▶ **Exercise**:
Find "f 174 173 99" in the material below and restate exactly the line holding it together with every line that comes after.

▶ **Dataset content**:

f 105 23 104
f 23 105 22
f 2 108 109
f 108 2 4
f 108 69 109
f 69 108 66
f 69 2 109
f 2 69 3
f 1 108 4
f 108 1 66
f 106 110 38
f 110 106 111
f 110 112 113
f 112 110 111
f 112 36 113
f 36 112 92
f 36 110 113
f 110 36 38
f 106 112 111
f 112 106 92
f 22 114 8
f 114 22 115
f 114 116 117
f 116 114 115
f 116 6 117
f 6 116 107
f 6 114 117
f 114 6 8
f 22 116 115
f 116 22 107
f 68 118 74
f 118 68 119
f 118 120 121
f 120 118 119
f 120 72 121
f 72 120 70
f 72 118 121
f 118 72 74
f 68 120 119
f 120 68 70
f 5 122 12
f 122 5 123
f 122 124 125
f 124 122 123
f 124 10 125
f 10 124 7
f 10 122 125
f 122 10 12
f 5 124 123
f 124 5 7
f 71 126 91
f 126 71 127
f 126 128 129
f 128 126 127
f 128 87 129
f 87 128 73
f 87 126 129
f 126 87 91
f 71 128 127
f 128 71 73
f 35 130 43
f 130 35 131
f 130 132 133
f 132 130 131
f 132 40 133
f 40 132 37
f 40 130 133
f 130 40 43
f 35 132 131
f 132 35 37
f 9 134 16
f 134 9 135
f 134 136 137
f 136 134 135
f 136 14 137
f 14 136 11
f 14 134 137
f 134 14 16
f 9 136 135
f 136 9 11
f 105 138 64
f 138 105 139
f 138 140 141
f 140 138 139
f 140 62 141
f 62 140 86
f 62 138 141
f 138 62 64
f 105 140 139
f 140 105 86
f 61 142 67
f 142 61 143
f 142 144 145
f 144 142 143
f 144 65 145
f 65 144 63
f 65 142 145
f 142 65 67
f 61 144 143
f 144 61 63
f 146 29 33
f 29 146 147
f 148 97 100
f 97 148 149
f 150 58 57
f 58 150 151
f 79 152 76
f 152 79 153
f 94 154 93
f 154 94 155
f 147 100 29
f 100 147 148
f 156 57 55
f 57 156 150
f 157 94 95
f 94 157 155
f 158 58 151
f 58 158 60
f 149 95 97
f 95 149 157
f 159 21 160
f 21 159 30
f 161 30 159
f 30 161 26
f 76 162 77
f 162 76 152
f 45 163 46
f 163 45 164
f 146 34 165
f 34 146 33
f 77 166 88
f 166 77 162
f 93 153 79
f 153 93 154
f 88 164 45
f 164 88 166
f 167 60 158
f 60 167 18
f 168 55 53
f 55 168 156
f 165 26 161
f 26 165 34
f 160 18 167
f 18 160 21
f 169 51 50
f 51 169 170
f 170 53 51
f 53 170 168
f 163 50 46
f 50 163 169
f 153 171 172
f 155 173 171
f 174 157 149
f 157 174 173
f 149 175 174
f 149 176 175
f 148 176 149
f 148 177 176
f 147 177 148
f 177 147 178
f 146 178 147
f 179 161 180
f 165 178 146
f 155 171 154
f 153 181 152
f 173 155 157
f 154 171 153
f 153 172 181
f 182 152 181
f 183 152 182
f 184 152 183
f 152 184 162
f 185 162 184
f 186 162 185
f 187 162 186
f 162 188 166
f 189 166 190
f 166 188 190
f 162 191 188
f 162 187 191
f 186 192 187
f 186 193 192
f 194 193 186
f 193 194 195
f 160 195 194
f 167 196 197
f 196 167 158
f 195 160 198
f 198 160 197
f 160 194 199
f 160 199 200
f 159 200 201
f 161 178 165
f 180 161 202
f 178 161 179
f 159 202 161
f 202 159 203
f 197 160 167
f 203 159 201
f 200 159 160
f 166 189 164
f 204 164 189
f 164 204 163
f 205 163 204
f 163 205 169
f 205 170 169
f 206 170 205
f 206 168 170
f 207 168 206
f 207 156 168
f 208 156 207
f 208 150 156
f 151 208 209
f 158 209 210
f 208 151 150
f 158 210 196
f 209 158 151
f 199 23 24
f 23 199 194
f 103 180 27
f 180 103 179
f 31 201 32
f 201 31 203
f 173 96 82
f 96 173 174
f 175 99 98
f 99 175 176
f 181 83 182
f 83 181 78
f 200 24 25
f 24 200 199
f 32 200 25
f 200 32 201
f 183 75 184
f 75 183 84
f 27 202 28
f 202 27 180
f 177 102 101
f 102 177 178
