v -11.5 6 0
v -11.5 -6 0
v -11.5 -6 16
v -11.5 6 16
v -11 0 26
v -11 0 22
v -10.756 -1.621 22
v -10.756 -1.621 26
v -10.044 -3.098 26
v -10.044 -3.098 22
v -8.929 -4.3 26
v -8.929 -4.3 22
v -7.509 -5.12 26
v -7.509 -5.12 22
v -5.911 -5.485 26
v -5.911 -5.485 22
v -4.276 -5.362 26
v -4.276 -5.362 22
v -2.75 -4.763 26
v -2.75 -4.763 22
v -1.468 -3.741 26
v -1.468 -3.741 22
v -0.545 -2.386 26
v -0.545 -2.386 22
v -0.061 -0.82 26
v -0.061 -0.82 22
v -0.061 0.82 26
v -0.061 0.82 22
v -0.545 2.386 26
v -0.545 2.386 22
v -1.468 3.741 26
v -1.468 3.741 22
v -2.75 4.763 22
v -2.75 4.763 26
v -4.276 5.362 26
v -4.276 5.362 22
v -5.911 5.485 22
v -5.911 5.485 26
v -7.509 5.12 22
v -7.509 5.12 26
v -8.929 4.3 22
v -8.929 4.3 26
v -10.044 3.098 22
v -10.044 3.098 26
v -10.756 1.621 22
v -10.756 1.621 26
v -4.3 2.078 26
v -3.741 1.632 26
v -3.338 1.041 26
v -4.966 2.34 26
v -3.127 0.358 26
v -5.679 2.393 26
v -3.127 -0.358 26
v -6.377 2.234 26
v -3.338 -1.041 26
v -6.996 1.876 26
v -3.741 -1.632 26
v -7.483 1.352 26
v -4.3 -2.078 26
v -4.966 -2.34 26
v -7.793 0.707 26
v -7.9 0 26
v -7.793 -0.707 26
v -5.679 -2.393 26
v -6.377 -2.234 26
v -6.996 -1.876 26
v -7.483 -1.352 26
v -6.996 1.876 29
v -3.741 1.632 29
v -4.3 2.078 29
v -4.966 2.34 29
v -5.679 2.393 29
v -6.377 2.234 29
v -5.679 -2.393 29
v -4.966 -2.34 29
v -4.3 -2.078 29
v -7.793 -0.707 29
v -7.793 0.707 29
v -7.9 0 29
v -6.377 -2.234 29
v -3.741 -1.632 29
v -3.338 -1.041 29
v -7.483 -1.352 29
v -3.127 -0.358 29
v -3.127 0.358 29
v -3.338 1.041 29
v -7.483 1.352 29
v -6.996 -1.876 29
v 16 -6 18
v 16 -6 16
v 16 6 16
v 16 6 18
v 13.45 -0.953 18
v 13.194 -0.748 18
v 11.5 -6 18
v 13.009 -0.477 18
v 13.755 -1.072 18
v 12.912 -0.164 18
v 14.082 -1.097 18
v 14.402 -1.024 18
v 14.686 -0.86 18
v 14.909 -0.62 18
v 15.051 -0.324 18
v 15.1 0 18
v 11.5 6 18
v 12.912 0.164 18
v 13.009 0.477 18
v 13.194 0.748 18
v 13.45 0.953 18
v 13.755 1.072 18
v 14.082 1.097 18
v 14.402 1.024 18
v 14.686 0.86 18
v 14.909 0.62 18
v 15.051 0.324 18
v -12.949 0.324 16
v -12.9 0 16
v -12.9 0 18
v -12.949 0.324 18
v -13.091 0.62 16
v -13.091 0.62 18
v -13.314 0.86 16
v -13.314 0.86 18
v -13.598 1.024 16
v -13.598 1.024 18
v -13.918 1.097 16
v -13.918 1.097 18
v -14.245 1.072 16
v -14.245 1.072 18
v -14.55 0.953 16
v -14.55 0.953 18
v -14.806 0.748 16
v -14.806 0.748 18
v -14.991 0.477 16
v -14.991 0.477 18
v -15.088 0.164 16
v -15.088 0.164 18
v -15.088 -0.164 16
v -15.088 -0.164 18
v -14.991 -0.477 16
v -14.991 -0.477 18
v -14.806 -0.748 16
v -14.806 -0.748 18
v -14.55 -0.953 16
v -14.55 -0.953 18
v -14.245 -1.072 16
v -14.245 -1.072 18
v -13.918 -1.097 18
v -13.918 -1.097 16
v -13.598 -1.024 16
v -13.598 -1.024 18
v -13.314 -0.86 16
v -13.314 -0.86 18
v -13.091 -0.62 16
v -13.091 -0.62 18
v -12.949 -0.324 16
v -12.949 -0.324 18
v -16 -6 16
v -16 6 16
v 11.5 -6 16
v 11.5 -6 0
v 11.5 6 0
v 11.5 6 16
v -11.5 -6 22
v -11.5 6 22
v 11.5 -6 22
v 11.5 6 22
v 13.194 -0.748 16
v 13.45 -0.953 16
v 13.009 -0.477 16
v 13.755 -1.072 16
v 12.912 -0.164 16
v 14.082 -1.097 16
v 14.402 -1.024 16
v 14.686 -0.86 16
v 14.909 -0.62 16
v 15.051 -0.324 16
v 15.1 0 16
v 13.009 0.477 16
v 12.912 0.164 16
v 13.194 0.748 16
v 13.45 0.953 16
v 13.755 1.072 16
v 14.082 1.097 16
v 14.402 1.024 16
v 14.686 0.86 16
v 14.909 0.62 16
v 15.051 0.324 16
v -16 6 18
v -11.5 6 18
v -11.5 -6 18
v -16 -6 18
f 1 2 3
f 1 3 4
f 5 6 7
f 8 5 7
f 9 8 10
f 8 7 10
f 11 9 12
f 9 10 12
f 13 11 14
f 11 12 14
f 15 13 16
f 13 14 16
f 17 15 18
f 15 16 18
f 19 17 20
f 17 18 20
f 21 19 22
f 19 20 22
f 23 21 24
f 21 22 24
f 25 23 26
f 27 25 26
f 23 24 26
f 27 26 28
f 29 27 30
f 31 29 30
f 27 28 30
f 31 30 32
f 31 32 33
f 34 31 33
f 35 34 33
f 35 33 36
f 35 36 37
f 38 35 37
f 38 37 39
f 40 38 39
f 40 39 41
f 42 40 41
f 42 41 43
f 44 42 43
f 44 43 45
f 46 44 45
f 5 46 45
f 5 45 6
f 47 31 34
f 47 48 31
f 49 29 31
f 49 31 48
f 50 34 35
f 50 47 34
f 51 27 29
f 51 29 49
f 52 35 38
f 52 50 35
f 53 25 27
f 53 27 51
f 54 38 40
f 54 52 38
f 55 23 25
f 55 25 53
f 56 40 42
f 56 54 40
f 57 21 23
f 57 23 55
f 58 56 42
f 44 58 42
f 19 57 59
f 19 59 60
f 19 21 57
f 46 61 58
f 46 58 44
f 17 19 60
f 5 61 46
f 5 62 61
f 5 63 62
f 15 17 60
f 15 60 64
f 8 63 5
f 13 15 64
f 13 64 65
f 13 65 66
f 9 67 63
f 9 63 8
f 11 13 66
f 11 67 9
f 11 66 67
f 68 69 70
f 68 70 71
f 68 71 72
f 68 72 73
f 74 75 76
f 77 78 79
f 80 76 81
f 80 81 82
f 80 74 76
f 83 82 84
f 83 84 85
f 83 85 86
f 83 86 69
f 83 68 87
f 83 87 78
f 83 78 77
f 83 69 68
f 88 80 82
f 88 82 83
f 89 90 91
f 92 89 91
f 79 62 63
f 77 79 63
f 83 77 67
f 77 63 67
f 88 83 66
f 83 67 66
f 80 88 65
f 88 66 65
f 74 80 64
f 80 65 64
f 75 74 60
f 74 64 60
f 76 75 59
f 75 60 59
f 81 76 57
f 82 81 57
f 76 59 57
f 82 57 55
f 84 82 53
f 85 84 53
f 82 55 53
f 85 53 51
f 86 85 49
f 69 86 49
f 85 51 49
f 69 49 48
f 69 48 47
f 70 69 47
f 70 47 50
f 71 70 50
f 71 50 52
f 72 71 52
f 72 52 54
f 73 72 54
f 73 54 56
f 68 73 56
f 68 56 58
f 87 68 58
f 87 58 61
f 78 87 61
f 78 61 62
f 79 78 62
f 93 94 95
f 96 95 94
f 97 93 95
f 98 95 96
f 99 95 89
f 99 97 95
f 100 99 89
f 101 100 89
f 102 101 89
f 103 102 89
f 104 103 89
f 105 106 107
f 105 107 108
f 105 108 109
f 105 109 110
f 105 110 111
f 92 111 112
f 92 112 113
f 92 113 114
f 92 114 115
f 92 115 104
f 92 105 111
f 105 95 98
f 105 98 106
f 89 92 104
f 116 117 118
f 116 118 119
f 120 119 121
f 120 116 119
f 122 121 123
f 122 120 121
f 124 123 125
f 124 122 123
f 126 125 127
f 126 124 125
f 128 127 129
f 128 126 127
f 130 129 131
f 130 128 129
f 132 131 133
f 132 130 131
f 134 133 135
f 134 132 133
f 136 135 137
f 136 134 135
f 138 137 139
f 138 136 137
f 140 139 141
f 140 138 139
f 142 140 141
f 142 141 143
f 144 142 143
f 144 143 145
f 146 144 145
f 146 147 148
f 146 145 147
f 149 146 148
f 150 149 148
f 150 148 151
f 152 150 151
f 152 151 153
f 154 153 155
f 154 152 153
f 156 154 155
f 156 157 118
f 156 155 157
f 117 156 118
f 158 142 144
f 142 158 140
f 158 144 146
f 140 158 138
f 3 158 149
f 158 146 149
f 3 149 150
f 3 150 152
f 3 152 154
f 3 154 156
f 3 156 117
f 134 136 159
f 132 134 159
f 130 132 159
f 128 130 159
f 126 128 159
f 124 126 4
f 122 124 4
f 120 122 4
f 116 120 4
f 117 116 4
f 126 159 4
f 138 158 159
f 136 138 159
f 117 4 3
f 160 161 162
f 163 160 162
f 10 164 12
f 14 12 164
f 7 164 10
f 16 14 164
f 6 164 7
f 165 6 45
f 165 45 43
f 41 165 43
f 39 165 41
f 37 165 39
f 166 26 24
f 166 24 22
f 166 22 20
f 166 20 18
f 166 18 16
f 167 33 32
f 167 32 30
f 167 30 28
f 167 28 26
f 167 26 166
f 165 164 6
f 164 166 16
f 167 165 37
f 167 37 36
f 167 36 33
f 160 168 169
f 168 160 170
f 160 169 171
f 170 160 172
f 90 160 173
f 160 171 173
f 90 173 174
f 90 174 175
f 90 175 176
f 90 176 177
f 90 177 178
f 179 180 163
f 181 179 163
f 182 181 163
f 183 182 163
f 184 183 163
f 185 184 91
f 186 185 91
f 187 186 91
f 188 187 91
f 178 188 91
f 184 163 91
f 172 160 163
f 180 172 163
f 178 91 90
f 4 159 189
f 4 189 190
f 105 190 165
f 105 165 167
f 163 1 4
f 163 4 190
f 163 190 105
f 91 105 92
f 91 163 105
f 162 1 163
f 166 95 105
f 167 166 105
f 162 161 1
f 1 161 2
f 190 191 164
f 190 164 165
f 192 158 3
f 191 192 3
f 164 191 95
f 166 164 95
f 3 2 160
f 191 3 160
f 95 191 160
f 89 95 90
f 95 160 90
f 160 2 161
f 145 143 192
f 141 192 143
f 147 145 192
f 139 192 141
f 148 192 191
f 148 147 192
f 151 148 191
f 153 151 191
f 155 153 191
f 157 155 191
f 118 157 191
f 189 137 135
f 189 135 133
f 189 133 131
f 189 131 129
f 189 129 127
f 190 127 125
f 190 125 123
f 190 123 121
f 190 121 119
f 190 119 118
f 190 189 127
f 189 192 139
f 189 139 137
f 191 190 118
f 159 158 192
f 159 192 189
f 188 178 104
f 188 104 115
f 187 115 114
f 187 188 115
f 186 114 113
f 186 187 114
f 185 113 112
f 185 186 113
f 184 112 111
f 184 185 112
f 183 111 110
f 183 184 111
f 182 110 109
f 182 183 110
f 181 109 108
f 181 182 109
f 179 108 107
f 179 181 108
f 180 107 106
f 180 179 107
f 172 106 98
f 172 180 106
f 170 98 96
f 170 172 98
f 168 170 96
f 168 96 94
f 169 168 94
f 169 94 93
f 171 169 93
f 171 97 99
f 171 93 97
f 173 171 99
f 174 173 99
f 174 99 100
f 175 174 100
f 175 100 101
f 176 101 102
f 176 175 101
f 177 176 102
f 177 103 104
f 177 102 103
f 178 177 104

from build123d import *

# Parameters (mm, degrees)
SKETCH_1_W                            = 23
SKETCH_1_H                            = 12
SG90_CASE_PHOTO_APPROX23X12X22_DEPTH  = 22
SG90_EARS_APPROX32_START              = 16
SKETCH_2_W                            = 32
SKETCH_2_H                            = 12
SG90_EARS_APPROX32_DEPTH              = 2
SKETCH_3_R                            = 5.5
SG90_TOP_BOSS_APPROX_DEPTH            = 26
SKETCH_4_R                            = 2.4
SG90_SHAFT_ENVELOPE_NO_SPLINE_DEPTH   = 29
SG90_EAR_HOLES_REFERENCE28_DEPTH      = 34.660065359
SG90_EAR_HOLES_REFERENCE28_DEPTH_BACK = 34.660065359
SKETCH_5_R                            = 1.1


with BuildPart() as part:
    # 草图1 → SG90_case_PHOTO_APPROX23x12x22 (new body)
    with BuildSketch(Plane.XY):
        Rectangle(SKETCH_1_W, SKETCH_1_H)
    extrude(amount=SG90_CASE_PHOTO_APPROX23X12X22_DEPTH)

    # 草图2 → SG90_ears_APPROX32 (add)
    with BuildSketch(Plane.XY.offset(SG90_EARS_APPROX32_START)):
        Rectangle(SKETCH_2_W, SKETCH_2_H)
    extrude(amount=SG90_EARS_APPROX32_DEPTH)

    # 草图3 → SG90_top_boss_APPROX (add)
    with BuildSketch(Plane.XY):
        with Locations(Location((-5.5, 0, 0), (0, 0, 180))):
            Circle(SKETCH_3_R)
    extrude(amount=SG90_TOP_BOSS_APPROX_DEPTH)

    # 草图4 → SG90_shaft_envelope_NO_SPLINE (add)
    with BuildSketch(Plane.XY):
        with Locations(Location((-5.5, 0, 0), (0, 0, 180))):
            Circle(SKETCH_4_R)
    extrude(amount=SG90_SHAFT_ENVELOPE_NO_SPLINE_DEPTH)

    # 草图5 → SG90_ear_holes_REFERENCE28 (cut, two sides: drawn at the far end of the back side and taken through both)
    with BuildSketch(Plane.XY.offset(-SG90_EAR_HOLES_REFERENCE28_DEPTH_BACK)):
        with Locations((-14, 0)):
            Circle(SKETCH_5_R)
        with Locations((14, 0)):
            Circle(SKETCH_5_R)
    extrude(amount=SG90_EAR_HOLES_REFERENCE28_DEPTH + SG90_EAR_HOLES_REFERENCE28_DEPTH_BACK, mode=Mode.SUBTRACT)


solid = part.part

▶ **Completed exercise**:
f 174 173 99
f 174 99 100
f 175 174 100
f 175 100 101
f 176 101 102
f 176 175 101
f 177 176 102
f 177 103 104
f 177 102 103
f 178 177 104

from build123d import *

# Parameters (mm, degrees)
SKETCH_1_W                            = 23
SKETCH_1_H                            = 12
SG90_CASE_PHOTO_APPROX23X12X22_DEPTH  = 22
SG90_EARS_APPROX32_START              = 16
SKETCH_2_W                            = 32
SKETCH_2_H                            = 12
SG90_EARS_APPROX32_DEPTH              = 2
SKETCH_3_R                            = 5.5
SG90_TOP_BOSS_APPROX_DEPTH            = 26
SKETCH_4_R                            = 2.4
SG90_SHAFT_ENVELOPE_NO_SPLINE_DEPTH   = 29
SG90_EAR_HOLES_REFERENCE28_DEPTH      = 34.660065359
SG90_EAR_HOLES_REFERENCE28_DEPTH_BACK = 34.660065359
SKETCH_5_R                            = 1.1


with BuildPart() as part:
    # 草图1 → SG90_case_PHOTO_APPROX23x12x22 (new body)
    with BuildSketch(Plane.XY):
        Rectangle(SKETCH_1_W, SKETCH_1_H)
    extrude(amount=SG90_CASE_PHOTO_APPROX23X12X22_DEPTH)

    # 草图2 → SG90_ears_APPROX32 (add)
    with BuildSketch(Plane.XY.offset(SG90_EARS_APPROX32_START)):
        Rectangle(SKETCH_2_W, SKETCH_2_H)
    extrude(amount=SG90_EARS_APPROX32_DEPTH)

    # 草图3 → SG90_top_boss_APPROX (add)
    with BuildSketch(Plane.XY):
        with Locations(Location((-5.5, 0, 0), (0, 0, 180))):
            Circle(SKETCH_3_R)
    extrude(amount=SG90_TOP_BOSS_APPROX_DEPTH)

    # 草图4 → SG90_shaft_envelope_NO_SPLINE (add)
    with BuildSketch(Plane.XY):
        with Locations(Location((-5.5, 0, 0), (0, 0, 180))):
            Circle(SKETCH_4_R)
    extrude(amount=SG90_SHAFT_ENVELOPE_NO_SPLINE_DEPTH)

    # 草图5 → SG90_ear_holes_REFERENCE28 (cut, two sides: drawn at the far end of the back side and taken through both)
    with BuildSketch(Plane.XY.offset(-SG90_EAR_HOLES_REFERENCE28_DEPTH_BACK)):
        with Locations((-14, 0)):
            Circle(SKETCH_5_R)
        with Locations((14, 0)):
            Circle(SKETCH_5_R)
    extrude(amount=SG90_EAR_HOLES_REFERENCE28_DEPTH + SG90_EAR_HOLES_REFERENCE28_DEPTH_BACK, mode=Mode.SUBTRACT)


solid = part.part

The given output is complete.